Nicholls is a non-executive director of Australian health insurers Medibank Private, which is facing court action next year over the information it gave members when it changed the payments it made to diagnostic service providers. Nicholls is also a former non-executive director of ASX-listed Sigma Pharmaceuticals, which was investigated this year by the Australian Securities and Investments Commission, with the former chief executive and chief financial officer convicted of falsifying the company's books and giving false information to the directors and auditors.

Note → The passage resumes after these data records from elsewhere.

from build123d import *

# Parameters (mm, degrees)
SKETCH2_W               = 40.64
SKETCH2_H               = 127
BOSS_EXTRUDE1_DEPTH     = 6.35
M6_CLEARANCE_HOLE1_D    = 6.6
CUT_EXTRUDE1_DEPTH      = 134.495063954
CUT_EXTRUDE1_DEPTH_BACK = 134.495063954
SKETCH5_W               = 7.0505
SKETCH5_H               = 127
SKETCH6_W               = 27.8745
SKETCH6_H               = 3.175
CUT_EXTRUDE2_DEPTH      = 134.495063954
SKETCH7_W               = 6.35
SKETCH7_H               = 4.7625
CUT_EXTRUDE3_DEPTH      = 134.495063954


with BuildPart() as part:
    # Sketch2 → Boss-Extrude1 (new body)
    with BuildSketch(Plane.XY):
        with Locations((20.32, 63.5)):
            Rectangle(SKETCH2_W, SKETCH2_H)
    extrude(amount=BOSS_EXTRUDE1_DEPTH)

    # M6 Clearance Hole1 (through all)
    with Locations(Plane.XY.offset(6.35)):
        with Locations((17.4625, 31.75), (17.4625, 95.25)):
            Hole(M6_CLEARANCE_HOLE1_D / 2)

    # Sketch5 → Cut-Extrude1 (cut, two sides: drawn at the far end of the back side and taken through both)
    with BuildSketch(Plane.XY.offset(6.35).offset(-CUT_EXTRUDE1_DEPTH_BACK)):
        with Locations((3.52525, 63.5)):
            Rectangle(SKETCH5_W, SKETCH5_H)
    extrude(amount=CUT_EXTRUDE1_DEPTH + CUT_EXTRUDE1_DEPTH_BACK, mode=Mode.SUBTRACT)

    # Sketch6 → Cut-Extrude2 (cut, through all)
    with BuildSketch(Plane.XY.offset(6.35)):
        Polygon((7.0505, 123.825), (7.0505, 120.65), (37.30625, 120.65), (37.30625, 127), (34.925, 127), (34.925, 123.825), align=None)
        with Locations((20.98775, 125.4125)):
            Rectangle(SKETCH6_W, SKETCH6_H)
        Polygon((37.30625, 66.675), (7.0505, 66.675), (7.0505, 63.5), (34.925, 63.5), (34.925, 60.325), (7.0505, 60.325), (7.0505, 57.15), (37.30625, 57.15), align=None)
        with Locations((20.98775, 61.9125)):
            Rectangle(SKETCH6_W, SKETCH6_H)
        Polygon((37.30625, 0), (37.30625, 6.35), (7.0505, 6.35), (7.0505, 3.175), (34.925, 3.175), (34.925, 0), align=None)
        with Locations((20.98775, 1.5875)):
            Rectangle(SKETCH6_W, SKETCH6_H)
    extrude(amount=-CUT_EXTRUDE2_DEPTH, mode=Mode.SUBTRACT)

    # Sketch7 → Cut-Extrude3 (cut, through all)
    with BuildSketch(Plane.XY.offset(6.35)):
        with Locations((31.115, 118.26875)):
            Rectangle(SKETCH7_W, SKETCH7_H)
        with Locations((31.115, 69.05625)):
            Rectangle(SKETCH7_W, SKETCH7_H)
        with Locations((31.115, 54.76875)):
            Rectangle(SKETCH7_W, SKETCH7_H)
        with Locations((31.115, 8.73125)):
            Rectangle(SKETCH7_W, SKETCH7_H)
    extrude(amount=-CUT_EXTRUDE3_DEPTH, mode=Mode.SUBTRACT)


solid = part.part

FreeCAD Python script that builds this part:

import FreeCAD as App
import Part
import Sketcher

V = App.Vector
Q = App.Units.Quantity

doc = App.newDocument("Part")
body = doc.addObject("PartDesign::Body", "Body")

# Sketch on XY plane
sketch1 = body.newObject("Sketcher::SketchObject", "Sketch")
sketch1.AttachmentSupport = (doc.getObject("XY_Plane"), [""])
sketch1.MapMode = "FlatFace"
sketch1.addGeometry(Part.LineSegment(V(0, 127, 0), V(0, 0, 0)), False)
sketch1.addGeometry(Part.LineSegment(V(0, 0, 0), V(41, 0, 0)), False)
sketch1.addGeometry(Part.LineSegment(V(41, 0, 0), V(41, 127, 0)), False)
sketch1.addGeometry(Part.LineSegment(V(41, 127, 0), V(0, 127, 0)), False)
sketch1.addConstraint(Sketcher.Constraint("Coincident", 0, 2, 1, 1))
sketch1.addConstraint(Sketcher.Constraint("Coincident", 1, 2, 2, 1))
sketch1.addConstraint(Sketcher.Constraint("Coincident", 2, 2, 3, 1))
sketch1.addConstraint(Sketcher.Constraint("Coincident", 3, 2, 0, 1))
sketch1.addConstraint(Sketcher.Constraint("Vertical", 0))
sketch1.addConstraint(Sketcher.Constraint("Horizontal", 1))
sketch1.addConstraint(Sketcher.Constraint("Vertical", 2))
sketch1.addConstraint(Sketcher.Constraint("Horizontal", 3))
sketch1.addConstraint(Sketcher.Constraint("Coincident", 0, 2, -1, 1))
sketch1.addConstraint(Sketcher.Constraint("DistanceY", 0, 2, 0, 1, Q("5 in")))
sketch1.addConstraint(Sketcher.Constraint("DistanceX", 1, 1, 1, 2, Q("1.6 in")))
pad1 = body.newObject("PartDesign::Pad", "Pad")
pad1.Profile = sketch1
pad1.Length = Q("0.25 in")

# Sketch on XY plane
sketch2 = body.newObject("Sketcher::SketchObject", "Sketch001")
sketch2.AttachmentSupport = (doc.getObject("XY_Plane"), [""])
sketch2.MapMode = "FlatFace"
sketch2.AttachmentOffset = App.Placement(V(0, 0, 0.25 * 25.4), App.Rotation())
sketch2.addGeometry(Part.Circle(V(17.5, 31.8, 0), V(0, 0, 1), 3.3), False)
sketch2.addGeometry(Part.Circle(V(17.5, 95.2, 0), V(0, 0, 1), 3.3), False)
sketch2.addConstraint(Sketcher.Constraint("Equal", 0, 1))
sketch2.addConstraint(Sketcher.Constraint("Vertical", 0, 3, 1, 3))
sketch2.addConstraint(Sketcher.Constraint("DistanceY", 0, 3, 1, 3, Q("2.5 in")))
sketch2.addConstraint(Sketcher.Constraint("Diameter", 0, 6.6))
sketch2.addConstraint(Sketcher.Constraint("DistanceY", -1, 1, 0, 3, Q("1.25 in")))
sketch2.addConstraint(Sketcher.Constraint("DistanceX", -1, 1, 0, 3, Q("0.6875 in")))
doc.recompute()
hole = body.newObject("PartDesign::Hole", "Hole")
hole.Profile = sketch2
hole.ThreadType = "None"
hole.Diameter = 6.6
hole.DepthType = "ThroughAll"

# Sketch on XY plane
sketch3 = body.newObject("Sketcher::SketchObject", "Sketch002")
sketch3.AttachmentSupport = (doc.getObject("XY_Plane"), [""])
sketch3.MapMode = "FlatFace"
sketch3.AttachmentOffset = App.Placement(V(0, 0, 0.25 * 25.4), App.Rotation())
sketch3.addGeometry(Part.LineSegment(V(0, 127, 0), V(0, 0, 0)), False)
sketch3.addGeometry(Part.LineSegment(V(0, 0, 0), V(7, 0, 0)), False)
sketch3.addGeometry(Part.LineSegment(V(7, 0, 0), V(7, 127, 0)), False)
sketch3.addGeometry(Part.LineSegment(V(7, 127, 0), V(0, 127, 0)), False)
sketch3.addConstraint(Sketcher.Constraint("Coincident", 0, 2, 1, 1))
sketch3.addConstraint(Sketcher.Constraint("Coincident", 1, 2, 2, 1))
sketch3.addConstraint(Sketcher.Constraint("Coincident", 2, 2, 3, 1))
sketch3.addConstraint(Sketcher.Constraint("Coincident", 3, 2, 0, 1))
sketch3.addConstraint(Sketcher.Constraint("Vertical", 0))
sketch3.addConstraint(Sketcher.Constraint("Horizontal", 1))
sketch3.addConstraint(Sketcher.Constraint("Vertical", 2))
sketch3.addConstraint(Sketcher.Constraint("Horizontal", 3))
sketch3.addConstraint(Sketcher.Constraint("Coincident", 0, 2, -1, 1))
sketch3.addConstraint(Sketcher.Constraint("DistanceY", 0, 2, 0, 1, Q("5 in")))
sketch3.addConstraint(Sketcher.Constraint("DistanceX", 1, 1, 1, 2, 7.0505))
pocket1 = body.newObject("PartDesign::Pocket", "Pocket")
pocket1.Profile = sketch3
pocket1.Type = "ThroughAll"
pocket1.Midplane = True

# Sketch on XY plane
sketch4 = body.newObject("Sketcher::SketchObject", "Sketch003")
sketch4.AttachmentSupport = (doc.getObject("XY_Plane"), [""])
sketch4.MapMode = "FlatFace"
sketch4.AttachmentOffset = App.Placement(V(0, 0, 0.25 * 25.4), App.Rotation())
sketch4.addGeometry(Part.LineSegment(V(7, 121, 0), V(37, 121, 0)), False)
sketch4.addGeometry(Part.LineSegment(V(37, 121, 0), V(37, 127, 0)), False)
sketch4.addGeometry(Part.LineSegment(V(37, 127, 0), V(7, 127, 0)), False)
sketch4.addGeometry(Part.LineSegment(V(7, 127, 0), V(7, 121, 0)), False)
sketch4.addGeometry(Part.LineSegment(V(37, 67, 0), V(7, 67, 0)), False)
sketch4.addGeometry(Part.LineSegment(V(7, 67, 0), V(7, 57, 0)), False)
sketch4.addGeometry(Part.LineSegment(V(7, 57, 0), V(37, 57, 0)), False)
sketch4.addGeometry(Part.LineSegment(V(37, 57, 0), V(37, 67, 0)), False)
sketch4.addGeometry(Part.LineSegment(V(37, 0, 0), V(37, 6, 0)), False)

Additionally, she is the non-executive chair of Japara Healthcare, whose subsidiary Aged Care Services Australia Group underpaid its staff over six years from 2008.

The OIO said the Medibank proceedings didn't have any allegations about any directors, and it didn't think they reflected badly on Nicholls, and nor did either of the issues related to Sigma and Japara.

A merger would combine NZME's flagship New Zealand Herald newspaper and website, a portfolio of radio stations including Newstalk ZB and the GrabOne daily deals site with Fairfax's suite of newspapers including the Sunday Star-Times, The Press, the website and magazines including NZ House and Garden.

The OIO noted that its searches had revealed a number of defamation actions, or statements of intended defamation actions, relating to Fairfax, but said this wasn't uncommon in relation to large media companies and it didn't reflect adversely on the character of any individuals with control of the company.